Reagan, M.K., Pearce, J.A., Petronotis, K.E., and the Expedition 352 Scientists
Proceedings of the International Ocean Discovery Program Volume 352
publications.iodp.org
doi:10.14379/iodp.proc.352.201.2017
Data report: hysteresis properties of igneous rocks from Holes U1439C, U1440B, and U1442A1
Claire Carvallo2
Keywords: International Ocean Discovery Program, IODP, JOIDES Resolution, Expedition 352, Izu-Bonin-Mariana Fore Arc, Site U1439, Site U1440, Site U1442, hysteresis parameters, rock magnetism
MS 352-201: Received 16 June 2016 · Accepted 11 November 2016 · Published 31 January 2017
Abstract
Hysteresis loops and direct current backfield curves were measured on 146 samples from Hole U1439C, 54 samples from Hole U1440B, and 56 samples from Hole U1442A, which were cored during International Ocean Discovery Program Expedition 352. Saturation magnetization values correlate fairly well with the downhole lithology. For samples from Holes U1439C and U1442A, hysteresis parameters plot in different regions of the Day plot depending on whether their composition is boninitic or andesitic. Similarly in Hole U1440B, samples from the various petrologic units plot have different hysteresis parameters.
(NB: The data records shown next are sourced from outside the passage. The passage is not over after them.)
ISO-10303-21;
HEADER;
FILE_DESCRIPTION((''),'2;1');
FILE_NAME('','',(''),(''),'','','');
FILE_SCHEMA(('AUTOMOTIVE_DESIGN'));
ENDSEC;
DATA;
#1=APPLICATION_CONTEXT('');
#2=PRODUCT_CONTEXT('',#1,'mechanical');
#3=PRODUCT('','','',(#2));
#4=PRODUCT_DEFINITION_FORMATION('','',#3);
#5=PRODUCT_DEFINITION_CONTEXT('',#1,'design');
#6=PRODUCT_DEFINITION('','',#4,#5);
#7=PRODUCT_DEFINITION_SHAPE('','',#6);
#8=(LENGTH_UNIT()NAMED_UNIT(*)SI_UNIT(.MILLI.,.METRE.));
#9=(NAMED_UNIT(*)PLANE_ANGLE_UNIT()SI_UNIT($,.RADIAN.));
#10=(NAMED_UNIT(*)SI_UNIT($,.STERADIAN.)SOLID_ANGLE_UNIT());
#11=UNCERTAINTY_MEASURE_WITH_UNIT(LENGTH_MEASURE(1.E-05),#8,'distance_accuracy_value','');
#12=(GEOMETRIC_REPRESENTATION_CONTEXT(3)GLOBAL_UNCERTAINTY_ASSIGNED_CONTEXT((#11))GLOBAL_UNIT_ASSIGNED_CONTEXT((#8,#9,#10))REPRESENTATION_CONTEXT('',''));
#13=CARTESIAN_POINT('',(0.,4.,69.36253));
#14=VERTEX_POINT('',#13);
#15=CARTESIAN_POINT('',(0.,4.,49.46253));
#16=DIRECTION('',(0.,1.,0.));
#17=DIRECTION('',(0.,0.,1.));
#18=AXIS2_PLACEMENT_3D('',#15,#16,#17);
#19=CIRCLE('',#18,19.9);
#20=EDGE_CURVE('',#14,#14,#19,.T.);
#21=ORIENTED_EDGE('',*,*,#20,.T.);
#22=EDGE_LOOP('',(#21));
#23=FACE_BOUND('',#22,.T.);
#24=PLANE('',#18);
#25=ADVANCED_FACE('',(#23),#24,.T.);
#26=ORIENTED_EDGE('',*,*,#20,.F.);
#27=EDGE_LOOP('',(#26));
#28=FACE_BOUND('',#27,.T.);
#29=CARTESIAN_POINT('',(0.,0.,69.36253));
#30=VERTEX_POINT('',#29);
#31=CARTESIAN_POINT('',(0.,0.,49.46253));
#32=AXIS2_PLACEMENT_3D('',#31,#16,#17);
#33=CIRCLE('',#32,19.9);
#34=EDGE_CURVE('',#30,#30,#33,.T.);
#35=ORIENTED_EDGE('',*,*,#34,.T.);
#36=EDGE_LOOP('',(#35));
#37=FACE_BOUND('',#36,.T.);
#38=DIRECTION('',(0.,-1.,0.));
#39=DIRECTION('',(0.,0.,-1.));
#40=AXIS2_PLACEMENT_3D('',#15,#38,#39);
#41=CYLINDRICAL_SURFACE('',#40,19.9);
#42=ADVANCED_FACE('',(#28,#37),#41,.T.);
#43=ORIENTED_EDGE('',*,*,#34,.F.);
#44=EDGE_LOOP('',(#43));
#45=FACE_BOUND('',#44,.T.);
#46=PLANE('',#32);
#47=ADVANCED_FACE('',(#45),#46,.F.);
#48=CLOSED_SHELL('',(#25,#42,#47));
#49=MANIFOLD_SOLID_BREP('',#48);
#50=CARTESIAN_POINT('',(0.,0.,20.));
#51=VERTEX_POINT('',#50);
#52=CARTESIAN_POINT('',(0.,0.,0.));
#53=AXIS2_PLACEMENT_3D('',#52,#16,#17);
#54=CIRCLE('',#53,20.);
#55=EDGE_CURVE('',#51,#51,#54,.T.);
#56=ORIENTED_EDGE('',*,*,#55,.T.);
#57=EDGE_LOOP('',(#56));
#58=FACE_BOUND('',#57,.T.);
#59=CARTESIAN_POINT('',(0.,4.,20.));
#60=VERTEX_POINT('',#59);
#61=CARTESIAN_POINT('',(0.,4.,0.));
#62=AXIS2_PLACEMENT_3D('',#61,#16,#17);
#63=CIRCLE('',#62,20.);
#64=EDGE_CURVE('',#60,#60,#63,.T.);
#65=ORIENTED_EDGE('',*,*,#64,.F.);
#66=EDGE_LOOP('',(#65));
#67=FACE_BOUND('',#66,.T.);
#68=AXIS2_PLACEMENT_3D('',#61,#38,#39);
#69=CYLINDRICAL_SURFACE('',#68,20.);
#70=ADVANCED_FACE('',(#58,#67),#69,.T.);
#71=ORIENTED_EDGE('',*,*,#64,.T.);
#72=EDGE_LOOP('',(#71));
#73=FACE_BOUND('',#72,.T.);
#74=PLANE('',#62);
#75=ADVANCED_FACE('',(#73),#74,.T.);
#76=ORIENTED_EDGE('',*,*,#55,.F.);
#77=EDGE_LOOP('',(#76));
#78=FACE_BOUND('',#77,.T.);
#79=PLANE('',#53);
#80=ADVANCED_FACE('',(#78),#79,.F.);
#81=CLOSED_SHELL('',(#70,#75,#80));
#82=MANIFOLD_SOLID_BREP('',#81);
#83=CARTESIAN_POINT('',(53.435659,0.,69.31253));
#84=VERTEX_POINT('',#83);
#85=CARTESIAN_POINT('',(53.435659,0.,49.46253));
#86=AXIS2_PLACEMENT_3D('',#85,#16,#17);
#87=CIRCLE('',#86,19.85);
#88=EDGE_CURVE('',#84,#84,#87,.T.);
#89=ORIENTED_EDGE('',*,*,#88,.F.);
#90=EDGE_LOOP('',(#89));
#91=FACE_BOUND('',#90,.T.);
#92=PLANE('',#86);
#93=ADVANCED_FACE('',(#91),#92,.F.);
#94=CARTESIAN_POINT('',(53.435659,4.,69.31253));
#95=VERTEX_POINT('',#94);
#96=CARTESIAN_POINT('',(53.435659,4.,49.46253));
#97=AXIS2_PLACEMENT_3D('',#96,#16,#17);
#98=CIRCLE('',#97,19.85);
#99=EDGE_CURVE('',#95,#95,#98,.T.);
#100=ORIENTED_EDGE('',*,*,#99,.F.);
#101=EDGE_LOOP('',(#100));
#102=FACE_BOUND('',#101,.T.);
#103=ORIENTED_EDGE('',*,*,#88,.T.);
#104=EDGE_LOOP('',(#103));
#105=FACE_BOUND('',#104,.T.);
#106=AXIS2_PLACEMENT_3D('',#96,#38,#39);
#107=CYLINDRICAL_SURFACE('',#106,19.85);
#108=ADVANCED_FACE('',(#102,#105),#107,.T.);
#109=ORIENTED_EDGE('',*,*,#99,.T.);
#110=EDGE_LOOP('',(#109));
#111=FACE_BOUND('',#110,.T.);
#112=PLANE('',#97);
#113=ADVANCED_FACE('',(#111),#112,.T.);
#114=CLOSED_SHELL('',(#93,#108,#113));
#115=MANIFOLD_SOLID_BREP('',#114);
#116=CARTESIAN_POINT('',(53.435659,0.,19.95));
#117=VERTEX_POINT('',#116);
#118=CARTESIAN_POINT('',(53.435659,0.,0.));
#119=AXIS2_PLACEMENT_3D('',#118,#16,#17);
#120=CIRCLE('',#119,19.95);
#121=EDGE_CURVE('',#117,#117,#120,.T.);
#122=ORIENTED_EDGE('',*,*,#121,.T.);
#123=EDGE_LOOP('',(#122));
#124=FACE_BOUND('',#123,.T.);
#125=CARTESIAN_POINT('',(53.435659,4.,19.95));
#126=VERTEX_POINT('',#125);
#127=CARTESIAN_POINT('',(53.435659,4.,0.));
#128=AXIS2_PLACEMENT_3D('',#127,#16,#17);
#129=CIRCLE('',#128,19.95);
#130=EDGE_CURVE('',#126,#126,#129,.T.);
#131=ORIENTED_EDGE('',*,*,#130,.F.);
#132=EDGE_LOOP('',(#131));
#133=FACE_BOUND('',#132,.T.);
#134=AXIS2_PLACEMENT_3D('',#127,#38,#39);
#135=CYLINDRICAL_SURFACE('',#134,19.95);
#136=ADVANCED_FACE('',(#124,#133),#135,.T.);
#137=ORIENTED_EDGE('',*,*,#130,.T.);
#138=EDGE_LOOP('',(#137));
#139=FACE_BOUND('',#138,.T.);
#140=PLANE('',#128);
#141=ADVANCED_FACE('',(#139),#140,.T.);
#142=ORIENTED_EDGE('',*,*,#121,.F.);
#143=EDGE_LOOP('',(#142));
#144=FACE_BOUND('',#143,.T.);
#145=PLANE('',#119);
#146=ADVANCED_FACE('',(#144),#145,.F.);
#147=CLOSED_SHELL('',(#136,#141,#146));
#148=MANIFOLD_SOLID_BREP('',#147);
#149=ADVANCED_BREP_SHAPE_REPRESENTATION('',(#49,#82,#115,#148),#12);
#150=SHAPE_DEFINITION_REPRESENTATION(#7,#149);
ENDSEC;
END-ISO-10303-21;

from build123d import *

# Parameters (mm, degrees)
SKETCH1_R             = 20
BOSS_EXTRUDE1_DEPTH   = 4
SKETCH1_R_2           = 19.95
BOSS_EXTRUDE1_2_DEPTH = 4
SKETCH1_R_3           = 19.85
BOSS_EXTRUDE1_3_DEPTH = 4
SKETCH1_R_4           = 19.9
BOSS_EXTRUDE1_4_DEPTH = 4


with BuildPart() as part:
    # Sketch1 → Boss-Extrude1 (new body)
    with BuildSketch(Plane(origin=(0, 0, 0), x_dir=(1, 0, 0), z_dir=(0, 1, 0))):
        with Locations(Location((0, 0, 0), (0, 0, 270))):
            Circle(SKETCH1_R)
    extrude(amount=BOSS_EXTRUDE1_DEPTH)


with BuildPart() as body_2:
    # Sketch1 → Boss-Extrude1 2 (new body)
    with BuildSketch(Plane(origin=(0, 0, 0), x_dir=(1, 0, 0), z_dir=(0, 1, 0))):
        with Locations(Location((53.435659189, 0, 0), (0, 0, 270))):
            Circle(SKETCH1_R_2)
    extrude(amount=BOSS_EXTRUDE1_2_DEPTH)


with BuildPart() as body_3:
    # Sketch1 → Boss-Extrude1 3 (new body)
    with BuildSketch(Plane(origin=(0, 0, 0), x_dir=(1, 0, 0), z_dir=(0, 1, 0))):
        with Locations(Location((53.435659189, -49.462529873, 0), (0, 0, 270))):
            Circle(SKETCH1_R_3)
    extrude(amount=BOSS_EXTRUDE1_3_DEPTH)


with BuildPart() as body_4:
    # Sketch1 → Boss-Extrude1 4 (new body)
    with BuildSketch(Plane(origin=(0, 0, 0), x_dir=(1, 0, 0), z_dir=(0, 1, 0))):
        with Locations(Location((0, -49.462529873, 0), (0, 0, 270))):
            Circle(SKETCH1_R_4)
    extrude(amount=BOSS_EXTRUDE1_4_DEPTH)


solid = Compound([part.part, body_2.part, body_3.part, body_4.part])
The results show that the magnetic mineralogy varies strongly within each hole.
Introduction
International Ocean Discovery Program (IODP) Expedition 352 took place August–September 2014 and was aimed at studying oceanic crustal accretion immediately following subduction initiation by drilling into the Izu-Bonin-Mariana (IBM) fore arc. The IBM system is sufficiently old that it carries a full record of the evolution of crustal accretion from the start of subduction to the start of normal arc volcanism and sufficiently young that the key features have not been excessively disturbed by subsequent erosion or deformation. Expedition 352 successfully cored 1.22 km of igneous basement and 0.46 km of overlying sediment, providing diverse, stratigraphically controlled suites of fore-arc basalt (FAB) and boninites related to seafloor spreading and earliest arc development. FAB and related rocks were recovered at the two deeper water sites (U1440 and U1441), and boninites and related rocks were recovered at the two sites drilled upslope to the west (Sites U1439 and U1442). Holes U1439C and U1442A yielded entirely boninite differentiation–series lavas that generally become more primitive and have lower TiO2 concentrations uphole.
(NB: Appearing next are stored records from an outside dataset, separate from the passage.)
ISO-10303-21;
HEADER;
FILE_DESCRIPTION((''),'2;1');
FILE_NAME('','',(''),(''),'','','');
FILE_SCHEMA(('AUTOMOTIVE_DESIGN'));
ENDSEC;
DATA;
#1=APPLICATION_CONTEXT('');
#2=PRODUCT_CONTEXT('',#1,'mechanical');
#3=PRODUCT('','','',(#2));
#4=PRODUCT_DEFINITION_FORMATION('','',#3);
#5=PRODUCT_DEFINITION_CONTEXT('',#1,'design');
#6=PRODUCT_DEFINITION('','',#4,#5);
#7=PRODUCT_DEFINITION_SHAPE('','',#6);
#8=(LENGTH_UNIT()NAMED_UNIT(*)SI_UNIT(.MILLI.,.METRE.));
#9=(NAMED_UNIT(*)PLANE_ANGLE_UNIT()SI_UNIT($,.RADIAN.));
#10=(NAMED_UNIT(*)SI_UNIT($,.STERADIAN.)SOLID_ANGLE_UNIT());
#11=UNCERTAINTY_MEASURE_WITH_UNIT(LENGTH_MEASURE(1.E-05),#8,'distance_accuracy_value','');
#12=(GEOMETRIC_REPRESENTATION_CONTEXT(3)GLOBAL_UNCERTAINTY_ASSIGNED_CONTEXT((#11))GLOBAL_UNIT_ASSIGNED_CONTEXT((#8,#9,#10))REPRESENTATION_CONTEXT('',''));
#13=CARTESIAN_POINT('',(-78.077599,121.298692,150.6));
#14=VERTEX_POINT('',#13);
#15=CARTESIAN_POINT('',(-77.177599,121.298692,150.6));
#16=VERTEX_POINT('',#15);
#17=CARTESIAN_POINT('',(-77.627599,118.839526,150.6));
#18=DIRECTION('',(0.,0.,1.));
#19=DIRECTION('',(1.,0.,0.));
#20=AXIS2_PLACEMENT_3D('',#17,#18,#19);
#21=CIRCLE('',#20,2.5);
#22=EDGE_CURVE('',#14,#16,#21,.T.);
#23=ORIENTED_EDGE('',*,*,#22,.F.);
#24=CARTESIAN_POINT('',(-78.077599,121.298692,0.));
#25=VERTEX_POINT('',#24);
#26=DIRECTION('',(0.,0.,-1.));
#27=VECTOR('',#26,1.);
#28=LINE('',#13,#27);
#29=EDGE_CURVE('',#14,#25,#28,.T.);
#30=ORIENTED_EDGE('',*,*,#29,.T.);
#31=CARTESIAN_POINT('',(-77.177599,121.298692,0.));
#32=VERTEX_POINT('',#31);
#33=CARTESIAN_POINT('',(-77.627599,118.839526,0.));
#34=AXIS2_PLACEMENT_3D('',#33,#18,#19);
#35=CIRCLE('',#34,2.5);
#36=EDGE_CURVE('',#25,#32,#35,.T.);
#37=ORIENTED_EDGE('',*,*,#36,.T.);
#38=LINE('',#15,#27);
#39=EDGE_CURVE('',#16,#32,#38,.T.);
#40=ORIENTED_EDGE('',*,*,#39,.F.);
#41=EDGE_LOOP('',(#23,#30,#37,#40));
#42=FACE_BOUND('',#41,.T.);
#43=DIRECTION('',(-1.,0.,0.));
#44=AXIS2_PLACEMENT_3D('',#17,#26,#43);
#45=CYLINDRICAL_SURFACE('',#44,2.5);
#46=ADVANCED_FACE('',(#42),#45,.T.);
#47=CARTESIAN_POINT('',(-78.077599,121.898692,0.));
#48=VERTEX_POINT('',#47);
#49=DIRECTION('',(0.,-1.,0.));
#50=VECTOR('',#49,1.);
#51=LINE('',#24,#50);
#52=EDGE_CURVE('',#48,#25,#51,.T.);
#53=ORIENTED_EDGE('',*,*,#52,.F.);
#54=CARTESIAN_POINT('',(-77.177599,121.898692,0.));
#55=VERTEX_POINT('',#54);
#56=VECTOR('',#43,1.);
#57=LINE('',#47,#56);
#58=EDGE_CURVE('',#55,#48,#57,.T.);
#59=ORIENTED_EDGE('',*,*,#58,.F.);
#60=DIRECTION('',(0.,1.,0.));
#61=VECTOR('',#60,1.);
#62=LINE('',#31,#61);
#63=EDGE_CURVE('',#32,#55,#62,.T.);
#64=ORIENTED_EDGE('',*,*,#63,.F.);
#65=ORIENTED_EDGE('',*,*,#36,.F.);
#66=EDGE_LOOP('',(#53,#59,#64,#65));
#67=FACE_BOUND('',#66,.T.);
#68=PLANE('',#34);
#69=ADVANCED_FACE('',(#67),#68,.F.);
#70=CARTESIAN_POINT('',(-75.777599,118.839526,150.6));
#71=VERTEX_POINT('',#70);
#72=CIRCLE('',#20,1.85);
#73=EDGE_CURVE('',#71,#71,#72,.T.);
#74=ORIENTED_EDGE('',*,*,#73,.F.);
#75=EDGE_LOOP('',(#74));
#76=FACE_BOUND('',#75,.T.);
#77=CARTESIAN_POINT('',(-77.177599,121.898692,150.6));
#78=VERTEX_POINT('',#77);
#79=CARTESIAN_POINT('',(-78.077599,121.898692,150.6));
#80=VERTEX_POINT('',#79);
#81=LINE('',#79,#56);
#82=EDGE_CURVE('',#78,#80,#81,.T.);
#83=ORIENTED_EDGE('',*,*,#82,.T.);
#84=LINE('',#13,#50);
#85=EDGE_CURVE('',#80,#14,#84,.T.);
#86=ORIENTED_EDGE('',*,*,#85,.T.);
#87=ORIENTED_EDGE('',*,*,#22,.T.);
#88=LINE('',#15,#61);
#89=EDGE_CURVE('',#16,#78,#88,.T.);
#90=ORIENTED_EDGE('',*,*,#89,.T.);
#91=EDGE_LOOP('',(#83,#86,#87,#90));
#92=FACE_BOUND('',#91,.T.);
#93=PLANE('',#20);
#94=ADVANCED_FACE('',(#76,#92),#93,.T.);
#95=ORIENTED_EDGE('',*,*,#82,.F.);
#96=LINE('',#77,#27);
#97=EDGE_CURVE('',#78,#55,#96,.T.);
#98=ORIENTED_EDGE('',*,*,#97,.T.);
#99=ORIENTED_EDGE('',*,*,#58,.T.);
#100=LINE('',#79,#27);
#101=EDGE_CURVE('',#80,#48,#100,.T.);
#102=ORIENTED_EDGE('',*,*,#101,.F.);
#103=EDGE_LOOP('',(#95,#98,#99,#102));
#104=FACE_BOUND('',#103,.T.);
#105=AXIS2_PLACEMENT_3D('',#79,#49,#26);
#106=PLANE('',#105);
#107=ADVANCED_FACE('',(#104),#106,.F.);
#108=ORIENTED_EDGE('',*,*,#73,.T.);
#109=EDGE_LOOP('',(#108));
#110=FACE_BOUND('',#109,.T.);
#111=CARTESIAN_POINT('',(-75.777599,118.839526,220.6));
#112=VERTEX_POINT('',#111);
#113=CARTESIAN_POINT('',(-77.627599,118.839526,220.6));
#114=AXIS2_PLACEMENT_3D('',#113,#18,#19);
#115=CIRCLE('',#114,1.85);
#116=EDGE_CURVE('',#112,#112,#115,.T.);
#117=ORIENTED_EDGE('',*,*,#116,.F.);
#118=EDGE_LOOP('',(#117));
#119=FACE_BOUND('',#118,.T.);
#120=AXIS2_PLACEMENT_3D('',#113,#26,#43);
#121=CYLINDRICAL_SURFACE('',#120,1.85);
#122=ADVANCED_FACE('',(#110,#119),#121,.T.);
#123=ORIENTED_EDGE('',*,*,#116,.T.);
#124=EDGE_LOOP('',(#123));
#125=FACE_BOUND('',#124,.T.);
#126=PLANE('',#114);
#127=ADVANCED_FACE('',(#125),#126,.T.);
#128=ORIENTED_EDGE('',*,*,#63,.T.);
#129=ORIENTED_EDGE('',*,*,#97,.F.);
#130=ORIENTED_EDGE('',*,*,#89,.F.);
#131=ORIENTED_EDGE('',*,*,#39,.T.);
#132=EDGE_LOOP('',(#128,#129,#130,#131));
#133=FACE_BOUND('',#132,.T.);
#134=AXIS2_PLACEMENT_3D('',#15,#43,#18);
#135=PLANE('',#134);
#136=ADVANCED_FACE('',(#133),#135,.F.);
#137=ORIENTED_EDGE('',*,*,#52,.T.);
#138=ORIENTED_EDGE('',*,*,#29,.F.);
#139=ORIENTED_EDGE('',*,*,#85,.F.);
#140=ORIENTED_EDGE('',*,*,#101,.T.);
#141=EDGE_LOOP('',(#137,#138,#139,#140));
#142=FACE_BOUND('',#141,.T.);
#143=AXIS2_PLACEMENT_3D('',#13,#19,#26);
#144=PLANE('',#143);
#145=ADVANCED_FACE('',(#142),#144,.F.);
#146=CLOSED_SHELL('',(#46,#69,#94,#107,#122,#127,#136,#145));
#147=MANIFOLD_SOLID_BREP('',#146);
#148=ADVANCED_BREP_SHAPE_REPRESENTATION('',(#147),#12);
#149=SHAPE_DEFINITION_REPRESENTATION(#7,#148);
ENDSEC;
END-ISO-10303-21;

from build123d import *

# Parameters (mm, degrees)
SALIENTE_EXTRUIR1_DEPTH = 150.6
CROQUIS2_R              = 1.85
SALIENTE_EXTRUIR2_DEPTH = 70


with BuildPart() as part:
    # Croquis1 → Saliente-Extruir1 (new body)
    with BuildSketch(Plane.XY):
        with BuildLine():
            Line((-78.077598734, 121.298692457), (-78.077598734, 121.898692457))
            Line((-78.077598734, 121.898692457), (-77.177598734, 121.898692457))
            Line((-77.177598734, 121.898692457), (-77.177598734, 121.298692457))
            ThreePointArc((-77.177598734, 121.298692457), (-77.627598734, 116.339525931), (-78.077598734, 121.298692457))
        make_face()
    extrude(amount=SALIENTE_EXTRUIR1_DEPTH)

    # Croquis2 → Saliente-Extruir2 (add)
    with BuildSketch(Plane.XY.offset(150.6)):
        with Locations((-77.627598734, 118.839525931)):
            Circle(CROQUIS2_R)
    extrude(amount=SALIENTE_EXTRUIR2_DEPTH)


solid = part.part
Thermal and alternating field (AF) demagnetizations were carried out by the shipboard paleomagnetists on discrete samples in order to give an estimate of the inclination of the recorded geomagnetic field. These shipboard results were reported in the Paleomagnetism sections of each site chapter. In order to carry out more detailed paleomagnetic studies, more samples were collected as paleomagnetic cubes or minicores in Holes U1439C, U1440B, and U1440A for thermal and AF demagnetizations to be carried out on shore. To better understand the magnetic mineralogy of the sampled flows, a slice of sample from the bottom of each cube or minicore was collected for hysteresis measurements. Some results will be presented in Carvallo et al. (in prep.), but that study will focus on a few samples that were selected for the paleointensity study. Hysteresis measurements were subsequently made on the larger suite of samples and are presented here.
Methods and materials
Hysteresis measurements were carried out at Institut de Physique du Globe de Paris–Institut de Minéralogie, de Physique des Matériaux et de Cosmochimie (IPGP-IMPMC) Mineral Magnetism Analytical Facility with a magnetometer (µ-VSM) from Princeton Measurements Corporation. A millimeter-size chip (between 100 and 800 mg) was fixed on the probe with grease. A maximum field of 1 T was applied, and the averaging time was 100 ms. When the magnetization was weak (as it is often the case for boninite) and therefore the hysteresis loops were noisy, between 5 and 20 loops were then measured and averaged together. Hysteresis loops were corrected for the diamagnetic and paramagnetic contribution, and the remanent magnetization (Mr), saturation magnetization (Ms), and coercivity field (Hc) parameters were calculated from the corrected loops. Backfield direct current curves were also measured for each sample in order to obtain the remanent coercivity field (Hcr).
Results
Hole U1439C
A total of 146 hysteresis parameters were measured for samples from Hole U1439C. Results are summarized in Table T1. All parameters span a very large range. For instance, Ms values span 3 orders of magnitude, from 10–3 to 1 Am2/kg, and Hc ranges from 2 to 35 mT. When plotted downhole, Mr and Ms values show some correlation with petrologic units (Figure F1A, F1B). These values are the highest in Units 5, 7, 8b, and 10 and in some parts in Units 6 and 8c. This also corresponds to where onboard bulk magnetic susceptibility was found to be highest. Units 7, 8b, and 10 correspond to andesite, but the high values found in the boninite units could be caused by secondary alteration (see Petrology in the Site U1439 chapter [Reagan et al., 2015a]). Hc and Hcr values do not show such a correlation with the petrologic units (Figure F1D, F1F). Because of this correlation between Ms and lithology, Ms as a function of the MgO, TiO2, and Al2O3 concentrations from the portable X-ray fluorescence measurements carried out on board was also plotted for samples as close as possible (≤60 cm) to samples used for hysteresis measurement. Ms seems to be higher when Al2O3 and TiO2 concentrations are higher and MgO concentrations are lower (Figure F2).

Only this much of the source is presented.